In einer praxisrelevanten Entscheidung (BFH, Urteil vom 04.02.2025 – VIII R 4/22) hat der Bundesfinanzhof klargestellt, dass auch ein weitgehend organisatorisch tätiger Zahnarzt als freiberuflich gilt, wenn er in einer Berufsausübungsgemeinschaft (Mitunternehmerschaft) tätig ist und seine Berufsqualifikation aktiv in die Organisation der Praxis einbringt.
Worum ging es?
Ein Seniorpartner einer zahnärztlichen Gemeinschaftspraxis war seit Jahren nicht mehr direkt in die Behandlung eingebunden. Seine Aufgaben konzentrierten sich auf alle organisatorischen, verwaltungstechnischen und technischen Belange des Praxisbetriebs: Er kümmerte sich unter anderem um die Kommunikation mit Behörden, um Datenschutz, Instandhaltung der Geräte, interne Abläufe, bauliche Erweiterungen, Personalfragen sowie die Qualitätssicherung. Im Streitjahr behandelte er nur fünf Patienten in Ausnahmefällen und war ansonsten kaum in den Praxisräumen präsent.

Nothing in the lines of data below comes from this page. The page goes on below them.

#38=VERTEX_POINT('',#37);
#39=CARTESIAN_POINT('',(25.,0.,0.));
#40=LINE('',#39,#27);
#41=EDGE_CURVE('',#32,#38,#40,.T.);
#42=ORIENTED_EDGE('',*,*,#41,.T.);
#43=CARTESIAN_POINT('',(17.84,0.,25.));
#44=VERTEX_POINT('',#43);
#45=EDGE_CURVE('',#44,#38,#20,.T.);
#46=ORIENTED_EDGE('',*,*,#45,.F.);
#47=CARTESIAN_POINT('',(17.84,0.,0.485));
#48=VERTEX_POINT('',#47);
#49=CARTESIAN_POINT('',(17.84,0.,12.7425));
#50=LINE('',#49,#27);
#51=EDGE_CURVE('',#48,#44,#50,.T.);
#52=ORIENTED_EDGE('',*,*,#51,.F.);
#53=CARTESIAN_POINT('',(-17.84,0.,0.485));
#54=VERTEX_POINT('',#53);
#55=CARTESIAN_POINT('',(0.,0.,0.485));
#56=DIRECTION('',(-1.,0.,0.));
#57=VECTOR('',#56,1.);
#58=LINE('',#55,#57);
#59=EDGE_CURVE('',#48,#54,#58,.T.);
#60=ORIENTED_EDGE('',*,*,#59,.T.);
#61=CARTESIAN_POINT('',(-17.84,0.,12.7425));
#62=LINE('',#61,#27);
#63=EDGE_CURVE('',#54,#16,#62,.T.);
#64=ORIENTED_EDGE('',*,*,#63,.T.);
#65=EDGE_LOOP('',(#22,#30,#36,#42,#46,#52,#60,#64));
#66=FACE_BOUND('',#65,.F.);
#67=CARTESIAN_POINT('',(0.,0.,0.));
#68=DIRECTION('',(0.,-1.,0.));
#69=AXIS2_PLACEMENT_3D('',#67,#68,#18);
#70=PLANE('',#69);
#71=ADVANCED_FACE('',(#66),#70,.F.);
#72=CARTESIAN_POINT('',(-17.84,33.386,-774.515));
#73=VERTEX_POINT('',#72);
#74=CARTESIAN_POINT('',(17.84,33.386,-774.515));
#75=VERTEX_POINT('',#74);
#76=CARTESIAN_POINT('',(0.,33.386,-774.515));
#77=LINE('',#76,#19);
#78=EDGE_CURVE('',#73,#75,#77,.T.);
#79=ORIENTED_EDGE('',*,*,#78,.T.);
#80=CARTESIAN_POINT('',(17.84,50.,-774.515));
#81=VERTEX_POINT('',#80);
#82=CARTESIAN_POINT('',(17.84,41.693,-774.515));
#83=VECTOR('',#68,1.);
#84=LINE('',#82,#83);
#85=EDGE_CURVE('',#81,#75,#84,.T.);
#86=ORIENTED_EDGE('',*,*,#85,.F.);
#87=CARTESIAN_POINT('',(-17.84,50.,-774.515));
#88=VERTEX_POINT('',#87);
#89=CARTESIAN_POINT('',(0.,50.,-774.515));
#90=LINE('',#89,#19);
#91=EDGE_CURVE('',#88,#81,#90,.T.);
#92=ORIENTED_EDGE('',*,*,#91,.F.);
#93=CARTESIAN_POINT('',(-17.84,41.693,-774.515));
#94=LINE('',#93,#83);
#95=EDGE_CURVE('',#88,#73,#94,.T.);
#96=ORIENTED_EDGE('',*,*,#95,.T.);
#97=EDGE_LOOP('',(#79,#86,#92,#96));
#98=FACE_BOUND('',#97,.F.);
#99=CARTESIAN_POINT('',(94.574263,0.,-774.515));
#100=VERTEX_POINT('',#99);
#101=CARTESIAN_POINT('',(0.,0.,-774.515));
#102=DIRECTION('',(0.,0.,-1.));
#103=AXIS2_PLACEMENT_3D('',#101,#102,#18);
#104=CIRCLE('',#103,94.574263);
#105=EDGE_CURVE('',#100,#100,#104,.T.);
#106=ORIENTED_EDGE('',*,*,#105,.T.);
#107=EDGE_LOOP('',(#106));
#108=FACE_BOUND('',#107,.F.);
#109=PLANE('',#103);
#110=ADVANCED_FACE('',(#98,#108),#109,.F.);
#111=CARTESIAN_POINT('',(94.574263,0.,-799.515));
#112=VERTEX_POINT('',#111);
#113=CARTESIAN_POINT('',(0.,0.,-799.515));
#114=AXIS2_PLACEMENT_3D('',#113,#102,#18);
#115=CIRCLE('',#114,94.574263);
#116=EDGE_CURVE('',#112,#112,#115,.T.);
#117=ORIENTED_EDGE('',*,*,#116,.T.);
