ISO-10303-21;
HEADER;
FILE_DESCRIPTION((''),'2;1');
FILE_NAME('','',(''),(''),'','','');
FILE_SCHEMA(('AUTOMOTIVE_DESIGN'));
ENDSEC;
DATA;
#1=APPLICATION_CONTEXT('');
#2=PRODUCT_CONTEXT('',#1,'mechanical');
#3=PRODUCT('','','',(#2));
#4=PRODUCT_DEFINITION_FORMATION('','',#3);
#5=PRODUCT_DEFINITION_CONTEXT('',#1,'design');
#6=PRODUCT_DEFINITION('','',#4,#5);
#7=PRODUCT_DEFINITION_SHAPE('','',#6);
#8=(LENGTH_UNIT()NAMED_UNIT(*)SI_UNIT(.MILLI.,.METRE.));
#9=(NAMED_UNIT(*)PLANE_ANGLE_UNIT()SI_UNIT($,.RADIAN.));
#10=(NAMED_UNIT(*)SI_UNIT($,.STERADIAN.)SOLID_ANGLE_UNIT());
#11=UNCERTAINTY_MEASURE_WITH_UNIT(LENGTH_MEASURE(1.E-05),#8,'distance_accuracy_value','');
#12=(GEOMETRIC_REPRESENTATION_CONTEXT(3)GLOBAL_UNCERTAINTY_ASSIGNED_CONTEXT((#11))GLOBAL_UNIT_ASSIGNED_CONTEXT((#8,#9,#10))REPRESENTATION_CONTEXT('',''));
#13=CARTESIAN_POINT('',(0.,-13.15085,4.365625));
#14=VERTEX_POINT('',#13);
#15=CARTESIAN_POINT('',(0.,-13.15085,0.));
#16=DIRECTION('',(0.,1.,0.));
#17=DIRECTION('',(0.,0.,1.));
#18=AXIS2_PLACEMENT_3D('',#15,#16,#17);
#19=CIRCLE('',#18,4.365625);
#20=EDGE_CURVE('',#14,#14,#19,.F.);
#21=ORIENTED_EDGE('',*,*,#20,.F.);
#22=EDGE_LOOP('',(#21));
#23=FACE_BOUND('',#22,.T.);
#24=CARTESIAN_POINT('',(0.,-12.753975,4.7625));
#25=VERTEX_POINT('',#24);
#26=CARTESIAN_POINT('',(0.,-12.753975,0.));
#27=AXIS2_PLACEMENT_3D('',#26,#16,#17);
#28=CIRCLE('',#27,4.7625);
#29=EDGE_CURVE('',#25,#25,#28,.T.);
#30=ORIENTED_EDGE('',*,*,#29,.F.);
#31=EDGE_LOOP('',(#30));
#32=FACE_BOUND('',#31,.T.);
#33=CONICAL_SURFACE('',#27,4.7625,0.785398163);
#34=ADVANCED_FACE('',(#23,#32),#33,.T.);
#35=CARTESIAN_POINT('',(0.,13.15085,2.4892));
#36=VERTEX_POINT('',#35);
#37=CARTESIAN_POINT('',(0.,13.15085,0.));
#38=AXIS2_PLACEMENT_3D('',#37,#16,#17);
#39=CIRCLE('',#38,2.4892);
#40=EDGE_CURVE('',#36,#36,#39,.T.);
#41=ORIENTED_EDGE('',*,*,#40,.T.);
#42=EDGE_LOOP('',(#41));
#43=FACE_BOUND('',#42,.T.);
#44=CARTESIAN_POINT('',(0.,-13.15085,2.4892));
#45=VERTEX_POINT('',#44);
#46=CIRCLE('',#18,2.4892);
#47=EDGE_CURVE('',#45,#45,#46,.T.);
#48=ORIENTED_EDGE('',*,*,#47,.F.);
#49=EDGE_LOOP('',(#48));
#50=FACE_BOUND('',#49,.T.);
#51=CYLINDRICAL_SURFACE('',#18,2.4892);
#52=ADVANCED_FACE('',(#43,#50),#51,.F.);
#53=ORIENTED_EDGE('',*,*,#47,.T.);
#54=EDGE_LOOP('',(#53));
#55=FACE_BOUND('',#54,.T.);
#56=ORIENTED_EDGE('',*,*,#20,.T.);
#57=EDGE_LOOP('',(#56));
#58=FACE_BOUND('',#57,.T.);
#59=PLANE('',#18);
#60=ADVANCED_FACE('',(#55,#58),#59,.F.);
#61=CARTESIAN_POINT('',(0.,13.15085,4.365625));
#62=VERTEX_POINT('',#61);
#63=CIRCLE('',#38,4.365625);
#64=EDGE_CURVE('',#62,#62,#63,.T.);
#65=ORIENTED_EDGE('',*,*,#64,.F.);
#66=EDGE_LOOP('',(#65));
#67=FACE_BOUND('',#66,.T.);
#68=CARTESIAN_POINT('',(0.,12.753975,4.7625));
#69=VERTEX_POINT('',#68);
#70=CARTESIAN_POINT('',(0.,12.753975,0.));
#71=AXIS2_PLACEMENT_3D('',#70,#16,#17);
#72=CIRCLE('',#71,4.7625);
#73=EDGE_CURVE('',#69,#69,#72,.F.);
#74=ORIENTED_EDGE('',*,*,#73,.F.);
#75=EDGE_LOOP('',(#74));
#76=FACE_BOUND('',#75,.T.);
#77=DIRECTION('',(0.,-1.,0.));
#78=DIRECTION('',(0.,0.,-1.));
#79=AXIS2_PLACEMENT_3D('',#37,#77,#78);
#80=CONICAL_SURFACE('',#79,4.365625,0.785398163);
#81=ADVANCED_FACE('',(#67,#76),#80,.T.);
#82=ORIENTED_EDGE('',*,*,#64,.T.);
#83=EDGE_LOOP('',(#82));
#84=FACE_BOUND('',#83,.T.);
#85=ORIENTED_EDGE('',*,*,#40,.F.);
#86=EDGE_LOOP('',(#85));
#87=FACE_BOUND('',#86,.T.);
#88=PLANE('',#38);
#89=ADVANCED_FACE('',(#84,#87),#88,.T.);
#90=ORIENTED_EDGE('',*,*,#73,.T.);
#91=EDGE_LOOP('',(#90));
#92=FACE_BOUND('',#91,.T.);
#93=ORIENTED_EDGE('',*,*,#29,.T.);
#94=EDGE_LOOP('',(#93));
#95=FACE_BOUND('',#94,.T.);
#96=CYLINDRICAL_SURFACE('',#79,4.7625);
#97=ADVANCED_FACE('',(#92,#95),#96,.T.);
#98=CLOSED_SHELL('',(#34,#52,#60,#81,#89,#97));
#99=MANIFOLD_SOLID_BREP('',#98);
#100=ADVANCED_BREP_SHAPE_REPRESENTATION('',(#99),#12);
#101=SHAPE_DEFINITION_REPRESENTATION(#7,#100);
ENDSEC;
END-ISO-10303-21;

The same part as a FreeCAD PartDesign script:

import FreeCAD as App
import Part
import Sketcher
from FreeCAD import Vector
Q = App.Units.Quantity


def edges_at(feature, points):
    """Names of the edges that pass closest to the given points."""
    edges = feature.Shape.Edges
    near = lambda p: min(range(len(edges)), key=lambda i: edges[i].distToShape(Part.Vertex(*p))[0])
    return sorted({f"Edge{near(p) + 1}" for p in points})

doc = App.newDocument("Part")
body = doc.addObject("PartDesign::Body", "Body")

# Sketch on XZ plane
sketch1 = body.newObject("Sketcher::SketchObject", "Sketch")
sketch1.AttachmentSupport = (doc.getObject("XZ_Plane"), [""])
sketch1.MapMode = "FlatFace"
sketch1.addGeometry(Part.Circle(Vector(0, 0, 0), Vector(0, 0, 1), 4.7625), False)
sketch1.addConstraint(Sketcher.Constraint("Coincident", 0, 3, -1, 1))
sketch1.addConstraint(Sketcher.Constraint("Diameter", 0, Q("0.375 in")))
pad1 = body.newObject("PartDesign::Pad", "Pad")
pad1.Profile = sketch1
pad1.Length = Q("1.0355 in")
pad1.Midplane = True
doc.recompute()

chamfer = body.newObject("PartDesign::Chamfer", "Chamfer")
chamfer.Base = (pad1, edges_at(pad1, [(0, -13.151, -4.763), (0, 13.151, -4.763)]))
chamfer.Size = Q("0.015625 in")

# Sketch on XZ plane
sketch2 = body.newObject("Sketcher::SketchObject", "Sketch001")
sketch2.AttachmentSupport = (doc.getObject("XZ_Plane"), [""])
sketch2.MapMode = "FlatFace"
sketch2.addGeometry(Part.Circle(Vector(0, 0, 0), Vector(0, 0, 1), 2.4892), False)
sketch2.addConstraint(Sketcher.Constraint("Coincident", 0, 3, -1, 1))
sketch2.addConstraint(Sketcher.Constraint("Diameter", 0, Q("0.196 in")))
pocket1 = body.newObject("PartDesign::Pocket", "Pocket")
pocket1.Profile = sketch2
pocket1.Type = "ThroughAll"
pocket1.Midplane = True

doc.recompute()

Das Finanzamt sah in dieser Konstellation gewerbliche Einkünfte und drohte mit der sogenannten „Infizierung“ der gesamten Mitunternehmerschaft – mit erheblichen steuerlichen Folgen für alle Beteiligten.
Die Entscheidung des BFH:
Der Bundesfinanzhof erkannte die Tätigkeit dennoch als freiberuflich an. Maßgeblich sei, dass der Seniorpartner approbierter Zahnarzt ist und seine berufliche Qualifikation aktiv in die Praxis einbringt – auch wenn dies nicht unmittelbar am Patienten geschieht. Die Richter betonen, dass freiberufliche Mitwirkung auch in Form der Mit- und Zusammenarbeit auf organisatorischer Ebene erfolgen kann. Die persönliche Teilnahme an der berufstypischen Leistung kann sich also auch auf administrative Aufgaben erstrecken, sofern sie integraler Bestandteil der Praxisorganisation sind.
Warum ist das bedeutsam?
Das Urteil stellt eine wichtige Klarstellung für Berufsausübungsgemeinschaften dar, insbesondere im Bereich der Heilberufe. Es erweitert das Verständnis der freiberuflichen Tätigkeit über die klassische Behandlung hinaus und erkennt an, dass auch administrative, organisatorische und strategische Aufgaben – insbesondere in größeren Praxen – zum Berufsbild gehören können. Der BFH hebt damit frühere, engere Auffassungen auf, wie sie etwa das FG Rheinland-Pfalz vertreten hatte, das eine freiberufliche Tätigkeit nur bei unmittelbarer Patientenbehandlung sah.
Fazit für die Praxis:
Berufsträger in Mitunternehmerschaften können auch dann als Freiberufler gelten, wenn sie hauptsächlich Managementaufgaben übernehmen – solange sie ihre Berufsqualifikation aktiv einbringen und Teil der berufstypischen Leistungserbringung sind. Das Urteil stärkt die Planungssicherheit und eröffnet Gestaltungsspielräume bei der internen Arbeitsteilung in Partnerschaftspraxen. Die sogenannte „Infizierung“ mit Gewerbebetrieb lässt sich damit in vielen Fällen vermeiden.